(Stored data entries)
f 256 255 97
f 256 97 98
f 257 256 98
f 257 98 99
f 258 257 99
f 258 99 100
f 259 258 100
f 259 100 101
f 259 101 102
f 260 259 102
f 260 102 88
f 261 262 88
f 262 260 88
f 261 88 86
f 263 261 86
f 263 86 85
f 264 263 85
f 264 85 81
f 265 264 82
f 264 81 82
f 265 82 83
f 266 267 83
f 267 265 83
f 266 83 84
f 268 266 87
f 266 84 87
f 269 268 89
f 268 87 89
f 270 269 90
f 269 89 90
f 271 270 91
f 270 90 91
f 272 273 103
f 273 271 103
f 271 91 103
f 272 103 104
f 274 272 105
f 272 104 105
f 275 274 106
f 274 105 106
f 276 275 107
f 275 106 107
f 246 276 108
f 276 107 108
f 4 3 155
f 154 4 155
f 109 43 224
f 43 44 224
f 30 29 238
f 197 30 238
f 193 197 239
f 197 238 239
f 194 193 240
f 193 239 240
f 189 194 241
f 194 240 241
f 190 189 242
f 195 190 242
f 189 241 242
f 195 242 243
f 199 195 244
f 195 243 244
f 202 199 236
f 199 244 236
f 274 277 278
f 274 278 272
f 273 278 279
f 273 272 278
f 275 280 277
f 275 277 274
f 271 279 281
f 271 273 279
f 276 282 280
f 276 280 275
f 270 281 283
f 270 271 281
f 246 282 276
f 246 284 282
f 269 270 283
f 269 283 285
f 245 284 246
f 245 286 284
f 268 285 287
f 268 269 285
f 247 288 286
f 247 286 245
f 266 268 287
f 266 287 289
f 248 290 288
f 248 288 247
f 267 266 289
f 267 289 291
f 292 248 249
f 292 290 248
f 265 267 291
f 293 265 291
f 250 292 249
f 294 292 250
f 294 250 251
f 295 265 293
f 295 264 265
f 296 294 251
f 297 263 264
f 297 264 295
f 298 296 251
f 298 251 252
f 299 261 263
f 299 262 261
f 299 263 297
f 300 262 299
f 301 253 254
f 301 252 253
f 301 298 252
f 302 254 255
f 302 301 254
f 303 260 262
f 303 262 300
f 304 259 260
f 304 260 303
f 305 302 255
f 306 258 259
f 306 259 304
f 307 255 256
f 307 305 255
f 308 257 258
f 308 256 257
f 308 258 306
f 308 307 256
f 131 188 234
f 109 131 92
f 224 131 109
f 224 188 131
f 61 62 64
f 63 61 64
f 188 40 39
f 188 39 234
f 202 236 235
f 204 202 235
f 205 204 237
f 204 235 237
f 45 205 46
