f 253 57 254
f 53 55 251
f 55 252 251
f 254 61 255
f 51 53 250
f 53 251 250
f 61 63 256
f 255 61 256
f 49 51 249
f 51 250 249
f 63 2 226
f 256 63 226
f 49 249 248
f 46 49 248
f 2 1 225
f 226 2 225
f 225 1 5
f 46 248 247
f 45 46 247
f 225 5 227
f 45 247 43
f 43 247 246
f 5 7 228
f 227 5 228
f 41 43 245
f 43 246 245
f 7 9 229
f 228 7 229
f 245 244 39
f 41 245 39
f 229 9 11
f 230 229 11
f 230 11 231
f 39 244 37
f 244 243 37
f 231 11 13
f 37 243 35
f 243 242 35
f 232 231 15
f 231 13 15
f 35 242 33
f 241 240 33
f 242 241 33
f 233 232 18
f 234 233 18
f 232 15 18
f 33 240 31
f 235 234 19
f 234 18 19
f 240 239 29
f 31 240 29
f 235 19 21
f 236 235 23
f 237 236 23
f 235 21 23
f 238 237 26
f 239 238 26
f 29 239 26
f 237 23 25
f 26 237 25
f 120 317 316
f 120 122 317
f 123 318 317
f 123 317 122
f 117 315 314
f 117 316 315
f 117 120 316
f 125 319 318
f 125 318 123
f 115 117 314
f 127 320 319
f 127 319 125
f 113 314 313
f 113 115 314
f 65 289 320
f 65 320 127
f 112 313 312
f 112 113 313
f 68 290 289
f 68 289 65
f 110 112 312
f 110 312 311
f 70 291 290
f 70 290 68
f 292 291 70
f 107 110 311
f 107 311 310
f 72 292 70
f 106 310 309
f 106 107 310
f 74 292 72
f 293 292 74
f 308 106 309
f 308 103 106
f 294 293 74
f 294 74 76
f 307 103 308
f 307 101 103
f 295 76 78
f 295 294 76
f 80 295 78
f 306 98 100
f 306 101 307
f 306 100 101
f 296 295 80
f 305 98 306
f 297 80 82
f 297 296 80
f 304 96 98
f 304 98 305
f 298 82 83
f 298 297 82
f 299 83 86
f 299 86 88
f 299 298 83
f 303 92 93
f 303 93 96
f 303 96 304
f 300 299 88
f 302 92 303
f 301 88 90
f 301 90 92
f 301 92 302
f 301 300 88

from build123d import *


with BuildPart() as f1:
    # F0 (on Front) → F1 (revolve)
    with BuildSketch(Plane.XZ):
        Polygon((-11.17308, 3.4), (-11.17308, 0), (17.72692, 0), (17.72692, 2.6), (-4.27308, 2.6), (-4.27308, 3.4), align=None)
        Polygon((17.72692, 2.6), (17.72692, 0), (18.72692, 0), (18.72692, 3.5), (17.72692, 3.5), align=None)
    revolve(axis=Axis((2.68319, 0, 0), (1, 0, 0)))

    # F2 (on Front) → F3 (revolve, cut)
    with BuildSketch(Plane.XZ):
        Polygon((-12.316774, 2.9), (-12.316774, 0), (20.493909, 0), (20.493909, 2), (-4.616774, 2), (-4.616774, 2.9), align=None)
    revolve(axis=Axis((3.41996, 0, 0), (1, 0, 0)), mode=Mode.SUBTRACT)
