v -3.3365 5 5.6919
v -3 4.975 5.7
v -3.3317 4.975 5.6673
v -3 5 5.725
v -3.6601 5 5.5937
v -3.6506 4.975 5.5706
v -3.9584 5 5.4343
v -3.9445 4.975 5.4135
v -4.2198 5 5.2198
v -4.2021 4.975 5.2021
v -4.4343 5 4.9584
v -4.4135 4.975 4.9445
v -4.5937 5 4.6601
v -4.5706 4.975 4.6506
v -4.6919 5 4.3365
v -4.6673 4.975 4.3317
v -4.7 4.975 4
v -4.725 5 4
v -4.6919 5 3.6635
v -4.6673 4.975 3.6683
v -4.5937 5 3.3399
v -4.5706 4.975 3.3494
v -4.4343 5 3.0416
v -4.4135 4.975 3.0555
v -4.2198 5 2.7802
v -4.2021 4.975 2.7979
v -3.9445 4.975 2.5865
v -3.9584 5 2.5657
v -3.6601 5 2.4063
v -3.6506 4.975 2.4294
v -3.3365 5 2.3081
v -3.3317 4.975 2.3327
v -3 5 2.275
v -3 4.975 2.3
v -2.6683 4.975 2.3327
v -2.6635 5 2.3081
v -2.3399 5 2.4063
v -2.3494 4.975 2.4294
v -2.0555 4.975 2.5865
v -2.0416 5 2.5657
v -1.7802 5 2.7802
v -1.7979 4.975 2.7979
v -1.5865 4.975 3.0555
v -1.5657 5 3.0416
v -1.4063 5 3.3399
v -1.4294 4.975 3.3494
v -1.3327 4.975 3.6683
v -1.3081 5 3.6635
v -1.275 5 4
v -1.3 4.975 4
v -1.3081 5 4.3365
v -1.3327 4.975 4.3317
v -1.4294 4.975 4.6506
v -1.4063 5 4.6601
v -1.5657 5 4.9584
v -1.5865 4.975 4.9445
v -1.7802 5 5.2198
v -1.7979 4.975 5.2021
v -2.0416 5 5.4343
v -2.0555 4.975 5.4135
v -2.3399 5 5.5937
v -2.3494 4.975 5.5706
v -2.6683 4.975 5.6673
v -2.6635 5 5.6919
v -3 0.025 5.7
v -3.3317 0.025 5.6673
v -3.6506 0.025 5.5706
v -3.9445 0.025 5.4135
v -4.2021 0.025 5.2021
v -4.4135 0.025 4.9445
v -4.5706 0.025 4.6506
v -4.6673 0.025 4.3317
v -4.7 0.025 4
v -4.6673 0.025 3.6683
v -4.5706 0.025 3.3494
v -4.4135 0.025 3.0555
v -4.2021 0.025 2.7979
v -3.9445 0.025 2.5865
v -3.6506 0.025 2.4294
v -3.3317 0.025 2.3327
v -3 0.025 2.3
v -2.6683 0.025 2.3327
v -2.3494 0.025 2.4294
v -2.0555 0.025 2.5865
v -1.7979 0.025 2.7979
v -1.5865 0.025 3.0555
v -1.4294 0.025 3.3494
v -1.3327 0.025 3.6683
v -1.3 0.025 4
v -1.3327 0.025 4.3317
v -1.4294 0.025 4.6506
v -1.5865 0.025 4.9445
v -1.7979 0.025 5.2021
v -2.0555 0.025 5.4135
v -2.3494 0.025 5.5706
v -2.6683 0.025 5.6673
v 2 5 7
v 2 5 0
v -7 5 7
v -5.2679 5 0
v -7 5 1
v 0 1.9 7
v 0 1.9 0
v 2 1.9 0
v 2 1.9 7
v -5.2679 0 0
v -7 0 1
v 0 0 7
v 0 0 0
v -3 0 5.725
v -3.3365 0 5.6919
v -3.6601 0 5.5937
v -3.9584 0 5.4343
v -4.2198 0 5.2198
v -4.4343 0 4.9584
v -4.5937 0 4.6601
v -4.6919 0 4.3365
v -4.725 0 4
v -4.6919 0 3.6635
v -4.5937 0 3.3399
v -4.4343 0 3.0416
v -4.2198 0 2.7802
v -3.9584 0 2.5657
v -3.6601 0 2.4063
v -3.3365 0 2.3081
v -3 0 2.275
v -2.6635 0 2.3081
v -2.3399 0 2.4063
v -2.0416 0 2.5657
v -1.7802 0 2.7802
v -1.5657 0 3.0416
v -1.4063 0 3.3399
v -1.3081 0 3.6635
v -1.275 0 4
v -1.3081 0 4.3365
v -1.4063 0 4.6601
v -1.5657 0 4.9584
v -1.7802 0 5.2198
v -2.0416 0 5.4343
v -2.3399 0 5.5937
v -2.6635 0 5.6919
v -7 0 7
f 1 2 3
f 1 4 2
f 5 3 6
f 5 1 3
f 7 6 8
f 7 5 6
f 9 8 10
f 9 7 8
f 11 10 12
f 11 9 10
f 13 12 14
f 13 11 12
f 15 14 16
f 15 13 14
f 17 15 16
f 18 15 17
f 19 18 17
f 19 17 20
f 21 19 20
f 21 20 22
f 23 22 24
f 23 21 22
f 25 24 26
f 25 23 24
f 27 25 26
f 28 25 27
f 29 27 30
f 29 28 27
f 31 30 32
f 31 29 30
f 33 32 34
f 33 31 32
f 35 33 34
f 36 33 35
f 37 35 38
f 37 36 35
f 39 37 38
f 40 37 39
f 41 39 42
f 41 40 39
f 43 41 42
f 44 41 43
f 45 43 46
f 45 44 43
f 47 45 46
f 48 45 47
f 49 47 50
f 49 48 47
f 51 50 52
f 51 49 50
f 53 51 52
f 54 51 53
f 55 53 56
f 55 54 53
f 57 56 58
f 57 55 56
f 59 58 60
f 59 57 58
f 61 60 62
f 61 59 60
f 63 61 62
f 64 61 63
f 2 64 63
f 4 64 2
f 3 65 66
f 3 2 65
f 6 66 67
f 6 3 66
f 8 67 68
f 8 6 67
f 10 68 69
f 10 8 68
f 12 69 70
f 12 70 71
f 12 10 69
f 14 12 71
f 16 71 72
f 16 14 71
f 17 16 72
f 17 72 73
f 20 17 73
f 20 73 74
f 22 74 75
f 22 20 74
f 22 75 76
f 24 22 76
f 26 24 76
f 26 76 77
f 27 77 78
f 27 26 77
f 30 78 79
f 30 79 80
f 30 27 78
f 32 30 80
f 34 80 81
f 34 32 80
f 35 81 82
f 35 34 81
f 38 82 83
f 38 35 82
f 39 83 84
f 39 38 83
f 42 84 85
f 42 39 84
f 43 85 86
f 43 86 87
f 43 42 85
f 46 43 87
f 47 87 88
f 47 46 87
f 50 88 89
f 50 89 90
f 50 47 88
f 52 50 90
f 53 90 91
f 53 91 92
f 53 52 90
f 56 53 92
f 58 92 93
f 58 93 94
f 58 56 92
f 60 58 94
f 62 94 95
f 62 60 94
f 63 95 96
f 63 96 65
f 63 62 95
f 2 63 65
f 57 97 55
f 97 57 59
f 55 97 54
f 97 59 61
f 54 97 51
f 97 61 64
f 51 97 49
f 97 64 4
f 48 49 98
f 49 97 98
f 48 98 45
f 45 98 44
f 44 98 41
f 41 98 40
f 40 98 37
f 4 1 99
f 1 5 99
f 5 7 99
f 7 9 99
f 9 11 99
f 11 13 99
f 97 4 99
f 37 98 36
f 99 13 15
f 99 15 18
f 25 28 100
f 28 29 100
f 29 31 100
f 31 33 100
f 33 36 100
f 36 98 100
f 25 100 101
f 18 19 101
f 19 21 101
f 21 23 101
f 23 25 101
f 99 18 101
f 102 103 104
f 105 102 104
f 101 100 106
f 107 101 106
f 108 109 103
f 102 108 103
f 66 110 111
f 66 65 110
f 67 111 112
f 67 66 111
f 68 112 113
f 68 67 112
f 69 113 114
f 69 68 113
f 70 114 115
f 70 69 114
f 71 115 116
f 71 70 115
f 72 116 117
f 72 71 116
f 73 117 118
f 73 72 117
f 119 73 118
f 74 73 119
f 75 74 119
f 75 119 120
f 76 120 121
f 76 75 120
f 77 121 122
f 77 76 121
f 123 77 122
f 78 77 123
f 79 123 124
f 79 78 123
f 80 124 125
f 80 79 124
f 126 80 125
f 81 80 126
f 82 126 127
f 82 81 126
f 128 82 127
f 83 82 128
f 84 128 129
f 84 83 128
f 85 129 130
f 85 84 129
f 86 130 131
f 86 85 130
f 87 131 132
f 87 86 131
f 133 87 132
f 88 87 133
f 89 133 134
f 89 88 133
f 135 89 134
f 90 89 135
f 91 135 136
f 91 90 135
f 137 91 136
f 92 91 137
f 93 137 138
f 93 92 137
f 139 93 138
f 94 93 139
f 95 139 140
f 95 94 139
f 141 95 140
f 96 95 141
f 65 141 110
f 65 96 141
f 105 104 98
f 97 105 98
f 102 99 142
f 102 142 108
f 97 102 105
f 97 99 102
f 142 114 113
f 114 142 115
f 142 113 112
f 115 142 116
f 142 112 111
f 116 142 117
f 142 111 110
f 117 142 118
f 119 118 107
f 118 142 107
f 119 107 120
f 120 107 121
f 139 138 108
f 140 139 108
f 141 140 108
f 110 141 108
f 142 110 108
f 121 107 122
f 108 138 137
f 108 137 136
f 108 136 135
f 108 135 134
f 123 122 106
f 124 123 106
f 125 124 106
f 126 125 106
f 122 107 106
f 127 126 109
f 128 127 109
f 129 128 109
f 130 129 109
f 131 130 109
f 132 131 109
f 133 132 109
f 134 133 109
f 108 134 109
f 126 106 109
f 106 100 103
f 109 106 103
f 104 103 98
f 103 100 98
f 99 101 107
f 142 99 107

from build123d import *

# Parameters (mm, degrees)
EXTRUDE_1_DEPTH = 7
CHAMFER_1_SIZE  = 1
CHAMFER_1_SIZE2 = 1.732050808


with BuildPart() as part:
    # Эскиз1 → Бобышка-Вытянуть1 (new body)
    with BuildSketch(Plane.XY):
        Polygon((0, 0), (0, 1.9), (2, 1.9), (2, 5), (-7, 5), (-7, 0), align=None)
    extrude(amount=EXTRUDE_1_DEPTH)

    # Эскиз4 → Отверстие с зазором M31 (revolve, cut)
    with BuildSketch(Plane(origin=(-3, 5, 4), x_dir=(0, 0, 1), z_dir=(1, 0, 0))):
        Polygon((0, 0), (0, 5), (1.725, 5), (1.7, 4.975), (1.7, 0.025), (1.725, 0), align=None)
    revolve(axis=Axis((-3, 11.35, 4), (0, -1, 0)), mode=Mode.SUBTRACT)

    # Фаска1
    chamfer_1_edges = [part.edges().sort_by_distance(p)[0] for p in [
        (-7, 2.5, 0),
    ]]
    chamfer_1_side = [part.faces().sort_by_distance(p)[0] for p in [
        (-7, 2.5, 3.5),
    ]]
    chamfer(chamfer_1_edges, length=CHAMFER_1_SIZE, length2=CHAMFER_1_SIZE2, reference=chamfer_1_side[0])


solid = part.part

(TASK INSTRUCTIONS): Give back the records above exactly, limited to the lines between the one holding "f 306 100 101" and the one holding "v -2.3494 4.975 2.4294", inclusive.

(TASK SOLUTION):
f 306 100 101
f 296 295 80
f 305 98 306
f 297 80 82
f 297 296 80
f 304 96 98
f 304 98 305
f 298 82 83
f 298 297 82
f 299 83 86
f 299 86 88
f 299 298 83
f 303 92 93
f 303 93 96
f 303 96 304
f 300 299 88
f 302 92 303
f 301 88 90
f 301 90 92
f 301 92 302
f 301 300 88

from build123d import *


with BuildPart() as f1:
    # F0 (on Front) → F1 (revolve)
    with BuildSketch(Plane.XZ):
        Polygon((-11.17308, 3.4), (-11.17308, 0), (17.72692, 0), (17.72692, 2.6), (-4.27308, 2.6), (-4.27308, 3.4), align=None)
        Polygon((17.72692, 2.6), (17.72692, 0), (18.72692, 0), (18.72692, 3.5), (17.72692, 3.5), align=None)
    revolve(axis=Axis((2.68319, 0, 0), (1, 0, 0)))

    # F2 (on Front) → F3 (revolve, cut)
    with BuildSketch(Plane.XZ):
        Polygon((-12.316774, 2.9), (-12.316774, 0), (20.493909, 0), (20.493909, 2), (-4.616774, 2), (-4.616774, 2.9), align=None)
    revolve(axis=Axis((3.41996, 0, 0), (1, 0, 0)), mode=Mode.SUBTRACT)
v -3.3365 5 5.6919
v -3 4.975 5.7
v -3.3317 4.975 5.6673
v -3 5 5.725
v -3.6601 5 5.5937
v -3.6506 4.975 5.5706
v -3.9584 5 5.4343
v -3.9445 4.975 5.4135
v -4.2198 5 5.2198
v -4.2021 4.975 5.2021
v -4.4343 5 4.9584
v -4.4135 4.975 4.9445
v -4.5937 5 4.6601
v -4.5706 4.975 4.6506
v -4.6919 5 4.3365
v -4.6673 4.975 4.3317
v -4.7 4.975 4
v -4.725 5 4
v -4.6919 5 3.6635
v -4.6673 4.975 3.6683
v -4.5937 5 3.3399
v -4.5706 4.975 3.3494
v -4.4343 5 3.0416
v -4.4135 4.975 3.0555
v -4.2198 5 2.7802
v -4.2021 4.975 2.7979
v -3.9445 4.975 2.5865
v -3.9584 5 2.5657
v -3.6601 5 2.4063
v -3.6506 4.975 2.4294
v -3.3365 5 2.3081
v -3.3317 4.975 2.3327
v -3 5 2.275
v -3 4.975 2.3
v -2.6683 4.975 2.3327
v -2.6635 5 2.3081
v -2.3399 5 2.4063
v -2.3494 4.975 2.4294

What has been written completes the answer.